# [BOOT ANIMATION] A wire frame Android and a tornado revealing the logo



## rascarlo (Jul 29, 2011)

This is a my latest boot animation

Hope you like it, this is the video of the PNG sequence






*Boot animation is available in portrait and landscape version.*

Files can be found *here*

Animation is also available as a Live Wallpaper in my apk *here*


----------



## NatemZ (Jun 13, 2011)

Very cool!


----------



## bmcclure937 (Jun 16, 2011)

This is one badass boot animation!


----------



## abqnm (Jul 3, 2011)

That is **censored** awesome! Too bad my incredible 2 came with GB so there is no root right now. I guess it goes on my OG Droid wifi voip home phone. Sick!


----------



## rascarlo (Jul 29, 2011)

Thank you


"Natemz said:


> Very cool!


----------



## rascarlo (Jul 29, 2011)

Woot thanks


"bmcclure937 said:


> This is one badass boot animation!


----------



## redtrk (Jun 28, 2011)

Great job...... I really like it. Going to try your live wallpaper. Thank you.


----------



## rascarlo (Jul 29, 2011)

Suggested fps 10



"redtrk said:


> Great job...... I really like it.
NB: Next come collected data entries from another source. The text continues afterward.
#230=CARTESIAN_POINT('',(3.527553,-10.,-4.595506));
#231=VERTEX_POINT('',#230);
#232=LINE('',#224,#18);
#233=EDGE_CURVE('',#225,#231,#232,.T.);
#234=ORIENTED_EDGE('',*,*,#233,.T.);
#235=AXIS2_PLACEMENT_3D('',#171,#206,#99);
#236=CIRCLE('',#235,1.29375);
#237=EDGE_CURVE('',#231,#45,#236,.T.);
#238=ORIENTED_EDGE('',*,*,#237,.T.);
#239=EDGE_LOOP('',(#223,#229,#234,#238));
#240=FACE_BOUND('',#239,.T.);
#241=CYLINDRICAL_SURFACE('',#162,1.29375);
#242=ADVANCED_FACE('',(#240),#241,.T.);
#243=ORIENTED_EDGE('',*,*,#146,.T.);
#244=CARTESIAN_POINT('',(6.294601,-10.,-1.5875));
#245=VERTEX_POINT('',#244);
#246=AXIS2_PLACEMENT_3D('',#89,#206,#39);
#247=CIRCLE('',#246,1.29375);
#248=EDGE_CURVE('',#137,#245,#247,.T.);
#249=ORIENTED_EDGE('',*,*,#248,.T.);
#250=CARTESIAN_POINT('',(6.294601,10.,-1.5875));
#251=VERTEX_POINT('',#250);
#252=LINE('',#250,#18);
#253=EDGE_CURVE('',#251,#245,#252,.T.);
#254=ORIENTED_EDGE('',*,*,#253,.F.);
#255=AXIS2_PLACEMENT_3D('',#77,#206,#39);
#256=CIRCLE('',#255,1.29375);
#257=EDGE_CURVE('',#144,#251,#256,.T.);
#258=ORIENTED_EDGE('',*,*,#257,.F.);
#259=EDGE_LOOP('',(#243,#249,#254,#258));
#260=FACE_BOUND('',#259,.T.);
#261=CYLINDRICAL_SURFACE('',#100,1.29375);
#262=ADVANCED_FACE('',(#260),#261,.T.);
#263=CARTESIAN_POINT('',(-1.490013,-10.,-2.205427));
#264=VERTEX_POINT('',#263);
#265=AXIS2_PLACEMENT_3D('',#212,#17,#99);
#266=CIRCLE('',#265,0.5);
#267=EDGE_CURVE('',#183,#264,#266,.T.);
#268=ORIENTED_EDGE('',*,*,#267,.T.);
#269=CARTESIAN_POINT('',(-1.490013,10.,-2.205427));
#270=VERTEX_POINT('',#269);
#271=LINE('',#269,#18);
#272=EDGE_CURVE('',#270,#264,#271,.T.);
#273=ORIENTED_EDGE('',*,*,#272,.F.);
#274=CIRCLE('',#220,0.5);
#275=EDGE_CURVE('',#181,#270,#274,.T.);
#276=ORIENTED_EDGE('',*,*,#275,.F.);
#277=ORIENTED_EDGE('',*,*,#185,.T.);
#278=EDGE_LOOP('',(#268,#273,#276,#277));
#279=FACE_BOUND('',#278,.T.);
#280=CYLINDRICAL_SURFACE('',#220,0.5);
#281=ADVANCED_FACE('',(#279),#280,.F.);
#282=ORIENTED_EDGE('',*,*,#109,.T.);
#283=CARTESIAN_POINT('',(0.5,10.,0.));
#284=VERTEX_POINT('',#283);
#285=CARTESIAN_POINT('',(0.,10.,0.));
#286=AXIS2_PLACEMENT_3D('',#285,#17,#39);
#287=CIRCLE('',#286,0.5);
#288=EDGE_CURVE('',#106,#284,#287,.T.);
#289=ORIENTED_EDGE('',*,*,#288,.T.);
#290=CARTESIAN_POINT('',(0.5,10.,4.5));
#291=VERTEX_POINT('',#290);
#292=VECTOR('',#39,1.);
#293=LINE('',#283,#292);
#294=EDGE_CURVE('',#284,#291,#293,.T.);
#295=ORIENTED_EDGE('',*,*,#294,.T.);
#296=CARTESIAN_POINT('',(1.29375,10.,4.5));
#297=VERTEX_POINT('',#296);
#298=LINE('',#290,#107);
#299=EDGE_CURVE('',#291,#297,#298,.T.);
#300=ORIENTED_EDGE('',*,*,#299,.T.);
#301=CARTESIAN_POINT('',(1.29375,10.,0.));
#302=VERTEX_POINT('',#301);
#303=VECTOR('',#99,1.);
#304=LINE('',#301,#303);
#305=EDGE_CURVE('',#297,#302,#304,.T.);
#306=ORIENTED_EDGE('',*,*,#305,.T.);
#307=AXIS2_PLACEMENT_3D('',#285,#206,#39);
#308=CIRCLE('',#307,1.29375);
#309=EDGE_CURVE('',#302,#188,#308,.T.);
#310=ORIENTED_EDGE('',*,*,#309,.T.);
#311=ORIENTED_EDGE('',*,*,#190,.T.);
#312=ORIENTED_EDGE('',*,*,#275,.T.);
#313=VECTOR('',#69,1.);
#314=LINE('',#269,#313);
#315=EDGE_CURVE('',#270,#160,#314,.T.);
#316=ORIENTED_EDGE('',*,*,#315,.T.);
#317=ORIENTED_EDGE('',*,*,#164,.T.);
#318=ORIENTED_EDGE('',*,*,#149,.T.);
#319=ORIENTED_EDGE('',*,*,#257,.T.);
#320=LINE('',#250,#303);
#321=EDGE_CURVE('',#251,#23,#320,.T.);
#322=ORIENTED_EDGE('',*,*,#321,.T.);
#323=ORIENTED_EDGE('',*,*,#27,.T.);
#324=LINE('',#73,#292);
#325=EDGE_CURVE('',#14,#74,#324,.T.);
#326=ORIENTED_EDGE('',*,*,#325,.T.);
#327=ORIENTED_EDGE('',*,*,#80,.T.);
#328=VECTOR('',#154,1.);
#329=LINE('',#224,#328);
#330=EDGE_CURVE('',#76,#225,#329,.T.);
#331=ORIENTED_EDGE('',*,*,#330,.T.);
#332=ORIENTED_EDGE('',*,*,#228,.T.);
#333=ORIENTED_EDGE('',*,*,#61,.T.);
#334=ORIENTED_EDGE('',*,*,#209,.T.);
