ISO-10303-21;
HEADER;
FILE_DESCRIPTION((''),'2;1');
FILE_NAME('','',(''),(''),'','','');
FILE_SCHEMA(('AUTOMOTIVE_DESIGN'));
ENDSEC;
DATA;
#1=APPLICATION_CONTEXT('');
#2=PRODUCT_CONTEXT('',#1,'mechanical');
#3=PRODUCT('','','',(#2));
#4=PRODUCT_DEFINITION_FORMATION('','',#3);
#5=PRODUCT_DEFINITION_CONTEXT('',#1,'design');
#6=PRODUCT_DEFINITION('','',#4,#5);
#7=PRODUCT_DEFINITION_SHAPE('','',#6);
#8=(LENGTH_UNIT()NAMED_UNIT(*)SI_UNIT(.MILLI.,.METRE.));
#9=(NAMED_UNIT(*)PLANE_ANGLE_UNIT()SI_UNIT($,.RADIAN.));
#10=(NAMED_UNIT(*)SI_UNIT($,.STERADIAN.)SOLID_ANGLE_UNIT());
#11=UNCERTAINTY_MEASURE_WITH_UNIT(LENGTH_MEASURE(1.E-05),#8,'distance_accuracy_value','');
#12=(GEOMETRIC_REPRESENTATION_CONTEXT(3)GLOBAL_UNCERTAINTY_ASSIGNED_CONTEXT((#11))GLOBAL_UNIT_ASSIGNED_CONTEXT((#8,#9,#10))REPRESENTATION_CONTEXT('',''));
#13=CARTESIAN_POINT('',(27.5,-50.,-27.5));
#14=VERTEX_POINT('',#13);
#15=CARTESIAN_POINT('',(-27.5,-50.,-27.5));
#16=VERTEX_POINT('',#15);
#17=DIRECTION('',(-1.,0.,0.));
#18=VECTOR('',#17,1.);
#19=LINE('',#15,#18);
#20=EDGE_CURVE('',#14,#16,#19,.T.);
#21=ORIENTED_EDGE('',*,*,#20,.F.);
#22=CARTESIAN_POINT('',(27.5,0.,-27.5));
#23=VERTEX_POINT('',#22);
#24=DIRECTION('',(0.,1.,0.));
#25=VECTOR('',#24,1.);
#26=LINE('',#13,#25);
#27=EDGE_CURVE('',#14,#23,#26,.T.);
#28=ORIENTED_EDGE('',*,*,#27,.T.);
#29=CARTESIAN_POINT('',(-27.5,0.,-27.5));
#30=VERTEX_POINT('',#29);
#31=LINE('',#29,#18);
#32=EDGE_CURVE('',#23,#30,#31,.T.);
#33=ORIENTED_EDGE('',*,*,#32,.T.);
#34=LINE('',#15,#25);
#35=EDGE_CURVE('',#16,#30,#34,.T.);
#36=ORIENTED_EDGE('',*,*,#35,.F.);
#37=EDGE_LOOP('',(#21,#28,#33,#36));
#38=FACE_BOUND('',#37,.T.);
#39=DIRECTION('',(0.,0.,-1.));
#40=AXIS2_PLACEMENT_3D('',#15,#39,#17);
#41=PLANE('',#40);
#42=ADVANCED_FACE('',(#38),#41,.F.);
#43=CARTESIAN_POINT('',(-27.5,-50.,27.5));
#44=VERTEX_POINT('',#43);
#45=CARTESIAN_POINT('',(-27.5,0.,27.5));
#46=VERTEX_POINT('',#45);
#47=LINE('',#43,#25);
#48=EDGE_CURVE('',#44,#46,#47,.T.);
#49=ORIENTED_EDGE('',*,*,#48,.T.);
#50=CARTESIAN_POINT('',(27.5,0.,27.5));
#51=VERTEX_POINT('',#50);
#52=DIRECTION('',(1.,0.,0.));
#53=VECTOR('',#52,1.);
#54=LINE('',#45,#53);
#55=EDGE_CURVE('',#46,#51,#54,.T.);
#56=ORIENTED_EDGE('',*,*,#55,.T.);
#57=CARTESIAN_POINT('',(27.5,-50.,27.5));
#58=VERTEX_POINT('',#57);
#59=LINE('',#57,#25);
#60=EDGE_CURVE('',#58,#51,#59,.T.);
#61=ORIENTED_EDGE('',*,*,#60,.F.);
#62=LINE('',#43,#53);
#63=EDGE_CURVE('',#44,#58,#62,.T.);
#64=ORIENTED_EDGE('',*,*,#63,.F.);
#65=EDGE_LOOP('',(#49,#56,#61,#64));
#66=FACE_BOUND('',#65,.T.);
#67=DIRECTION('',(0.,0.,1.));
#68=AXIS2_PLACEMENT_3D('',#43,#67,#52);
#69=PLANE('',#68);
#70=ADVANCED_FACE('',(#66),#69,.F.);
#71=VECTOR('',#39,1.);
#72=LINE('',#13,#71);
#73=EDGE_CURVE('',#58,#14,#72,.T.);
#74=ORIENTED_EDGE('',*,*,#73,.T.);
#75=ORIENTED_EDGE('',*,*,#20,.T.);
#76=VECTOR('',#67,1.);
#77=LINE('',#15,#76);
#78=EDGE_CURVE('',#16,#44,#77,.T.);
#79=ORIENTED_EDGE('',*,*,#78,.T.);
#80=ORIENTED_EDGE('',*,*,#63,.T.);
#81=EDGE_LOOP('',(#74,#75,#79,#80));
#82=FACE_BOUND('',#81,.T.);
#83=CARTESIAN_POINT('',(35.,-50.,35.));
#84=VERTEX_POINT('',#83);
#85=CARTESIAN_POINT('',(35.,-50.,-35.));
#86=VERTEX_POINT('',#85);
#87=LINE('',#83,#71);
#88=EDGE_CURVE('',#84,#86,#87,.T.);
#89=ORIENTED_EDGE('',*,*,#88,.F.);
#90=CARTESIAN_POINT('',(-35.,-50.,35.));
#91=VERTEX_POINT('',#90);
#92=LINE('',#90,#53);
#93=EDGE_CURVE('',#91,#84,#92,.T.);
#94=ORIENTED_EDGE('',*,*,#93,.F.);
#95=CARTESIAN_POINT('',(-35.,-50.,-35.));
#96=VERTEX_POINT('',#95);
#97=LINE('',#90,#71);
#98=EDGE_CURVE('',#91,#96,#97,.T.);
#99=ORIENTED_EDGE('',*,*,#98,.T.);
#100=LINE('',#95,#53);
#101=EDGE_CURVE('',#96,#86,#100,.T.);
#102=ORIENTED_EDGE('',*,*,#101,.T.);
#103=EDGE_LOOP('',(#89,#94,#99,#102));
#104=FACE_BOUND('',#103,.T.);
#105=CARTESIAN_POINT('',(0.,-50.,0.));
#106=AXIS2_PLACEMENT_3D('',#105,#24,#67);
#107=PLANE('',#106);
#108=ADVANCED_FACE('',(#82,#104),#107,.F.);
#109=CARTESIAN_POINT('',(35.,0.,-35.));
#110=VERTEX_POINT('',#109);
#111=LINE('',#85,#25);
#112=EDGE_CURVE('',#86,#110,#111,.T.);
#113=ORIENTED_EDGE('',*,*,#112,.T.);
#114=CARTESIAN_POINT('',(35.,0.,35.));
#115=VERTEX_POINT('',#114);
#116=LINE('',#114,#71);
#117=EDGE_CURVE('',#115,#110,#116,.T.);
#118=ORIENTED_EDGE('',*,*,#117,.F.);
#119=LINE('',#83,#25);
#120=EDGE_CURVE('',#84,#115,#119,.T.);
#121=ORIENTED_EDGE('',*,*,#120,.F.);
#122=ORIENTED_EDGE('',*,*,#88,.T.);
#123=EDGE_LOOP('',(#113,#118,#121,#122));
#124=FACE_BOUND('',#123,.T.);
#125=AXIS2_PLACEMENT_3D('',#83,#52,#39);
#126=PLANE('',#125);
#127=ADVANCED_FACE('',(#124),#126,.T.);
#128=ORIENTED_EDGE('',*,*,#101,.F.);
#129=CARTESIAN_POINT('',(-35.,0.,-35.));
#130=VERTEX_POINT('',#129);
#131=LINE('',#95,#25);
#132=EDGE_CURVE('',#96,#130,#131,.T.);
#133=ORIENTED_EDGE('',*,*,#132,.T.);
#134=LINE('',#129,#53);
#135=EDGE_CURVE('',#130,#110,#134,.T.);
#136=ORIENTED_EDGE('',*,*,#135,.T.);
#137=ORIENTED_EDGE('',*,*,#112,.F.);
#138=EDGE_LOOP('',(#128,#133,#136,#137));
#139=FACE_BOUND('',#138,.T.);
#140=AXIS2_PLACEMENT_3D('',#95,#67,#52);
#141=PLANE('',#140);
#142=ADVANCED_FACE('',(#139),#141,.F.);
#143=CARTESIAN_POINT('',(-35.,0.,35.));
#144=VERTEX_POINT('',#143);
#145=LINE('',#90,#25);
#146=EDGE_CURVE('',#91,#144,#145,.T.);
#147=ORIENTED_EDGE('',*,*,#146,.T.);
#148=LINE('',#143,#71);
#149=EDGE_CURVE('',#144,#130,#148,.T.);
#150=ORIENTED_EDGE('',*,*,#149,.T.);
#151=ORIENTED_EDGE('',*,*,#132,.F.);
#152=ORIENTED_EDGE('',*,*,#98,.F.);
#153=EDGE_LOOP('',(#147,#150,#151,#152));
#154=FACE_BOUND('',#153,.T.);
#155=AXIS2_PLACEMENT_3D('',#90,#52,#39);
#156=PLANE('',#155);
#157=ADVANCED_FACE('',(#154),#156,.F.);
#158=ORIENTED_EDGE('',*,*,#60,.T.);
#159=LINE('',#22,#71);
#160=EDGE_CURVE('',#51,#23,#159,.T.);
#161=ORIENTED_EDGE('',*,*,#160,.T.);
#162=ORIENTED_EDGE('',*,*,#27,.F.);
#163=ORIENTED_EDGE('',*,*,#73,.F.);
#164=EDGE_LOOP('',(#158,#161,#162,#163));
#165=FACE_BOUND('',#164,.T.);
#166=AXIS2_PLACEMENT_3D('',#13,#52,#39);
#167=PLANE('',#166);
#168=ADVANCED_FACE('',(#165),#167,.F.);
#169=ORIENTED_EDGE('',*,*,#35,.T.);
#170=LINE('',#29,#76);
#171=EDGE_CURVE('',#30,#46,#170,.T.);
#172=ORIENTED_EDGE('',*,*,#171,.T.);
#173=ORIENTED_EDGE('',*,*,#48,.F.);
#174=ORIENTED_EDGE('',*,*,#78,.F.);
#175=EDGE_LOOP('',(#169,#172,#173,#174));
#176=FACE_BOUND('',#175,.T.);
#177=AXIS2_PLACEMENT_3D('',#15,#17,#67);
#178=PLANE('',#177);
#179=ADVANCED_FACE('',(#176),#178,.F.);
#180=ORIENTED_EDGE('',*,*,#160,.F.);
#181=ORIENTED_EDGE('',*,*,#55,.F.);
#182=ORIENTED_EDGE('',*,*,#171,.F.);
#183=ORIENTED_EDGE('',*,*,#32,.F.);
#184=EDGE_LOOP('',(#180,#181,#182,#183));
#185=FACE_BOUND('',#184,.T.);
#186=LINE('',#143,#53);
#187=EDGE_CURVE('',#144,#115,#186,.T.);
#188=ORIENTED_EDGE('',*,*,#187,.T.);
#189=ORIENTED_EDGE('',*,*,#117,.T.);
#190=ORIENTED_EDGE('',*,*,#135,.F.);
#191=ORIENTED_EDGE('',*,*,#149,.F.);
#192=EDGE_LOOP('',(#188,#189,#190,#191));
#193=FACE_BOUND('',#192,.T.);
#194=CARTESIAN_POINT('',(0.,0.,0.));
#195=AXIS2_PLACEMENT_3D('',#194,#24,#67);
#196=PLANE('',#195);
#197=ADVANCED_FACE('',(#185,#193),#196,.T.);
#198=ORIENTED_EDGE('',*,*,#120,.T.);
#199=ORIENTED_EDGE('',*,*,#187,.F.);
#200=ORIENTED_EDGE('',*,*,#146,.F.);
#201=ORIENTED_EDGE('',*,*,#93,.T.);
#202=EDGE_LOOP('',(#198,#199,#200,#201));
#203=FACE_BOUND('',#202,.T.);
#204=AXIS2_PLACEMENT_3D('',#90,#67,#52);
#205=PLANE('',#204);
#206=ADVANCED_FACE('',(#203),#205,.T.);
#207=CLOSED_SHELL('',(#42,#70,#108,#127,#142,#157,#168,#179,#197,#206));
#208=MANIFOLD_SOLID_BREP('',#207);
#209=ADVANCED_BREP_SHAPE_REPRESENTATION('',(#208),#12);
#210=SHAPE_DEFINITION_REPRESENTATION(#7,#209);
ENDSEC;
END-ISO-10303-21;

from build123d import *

# Parameters (mm, degrees)
SKETCH_1_W          = 70
SKETCH_1_H          = 70
EXTRUDE_1_DEPTH     = 50
SKETCH_2_W          = 55
SKETCH_2_H          = 55
CUT_EXTRUDE_1_DEPTH = 50


with BuildPart() as part:
    # 草图1 → 凸台-拉伸1 (new body)
    with BuildSketch(Plane(origin=(0, 0, 0), x_dir=(1, 0, 0), z_dir=(0, 1, 0))):
        Rectangle(SKETCH_1_W, SKETCH_1_H)
    extrude(amount=-EXTRUDE_1_DEPTH)

    # 草图2 → 切除-拉伸1 (cut)
    with BuildSketch(Plane(origin=(0, 0, 0), x_dir=(1, 0, 0), z_dir=(0, 1, 0))):
        Rectangle(SKETCH_2_W, SKETCH_2_H)
    extrude(amount=-CUT_EXTRUDE_1_DEPTH, mode=Mode.SUBTRACT)


solid = part.part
Going to try your live wallpaper. Thank you.


----------



## SyNiK4L (Jun 7, 2011)

really like that animation. totally gonna snatch this up  good work man.


----------



## rascarlo (Jul 29, 2011)

Thank you. Enjoy


"SyNiK4L said:


> really like that animation. totally gonna snatch this up  good work man.


----------



## nickiberli (Aug 11, 2011)

Is it possible for you to make this animation running on the htc flyer? The Flyer has a higher resolution (1024×600). It would be awesome if you could do that


----------



## rascarlo (Jul 29, 2011)

yes i can do that
i have a question
did you try it yet?
i mean, you get a blank screen or the animation is not full width size?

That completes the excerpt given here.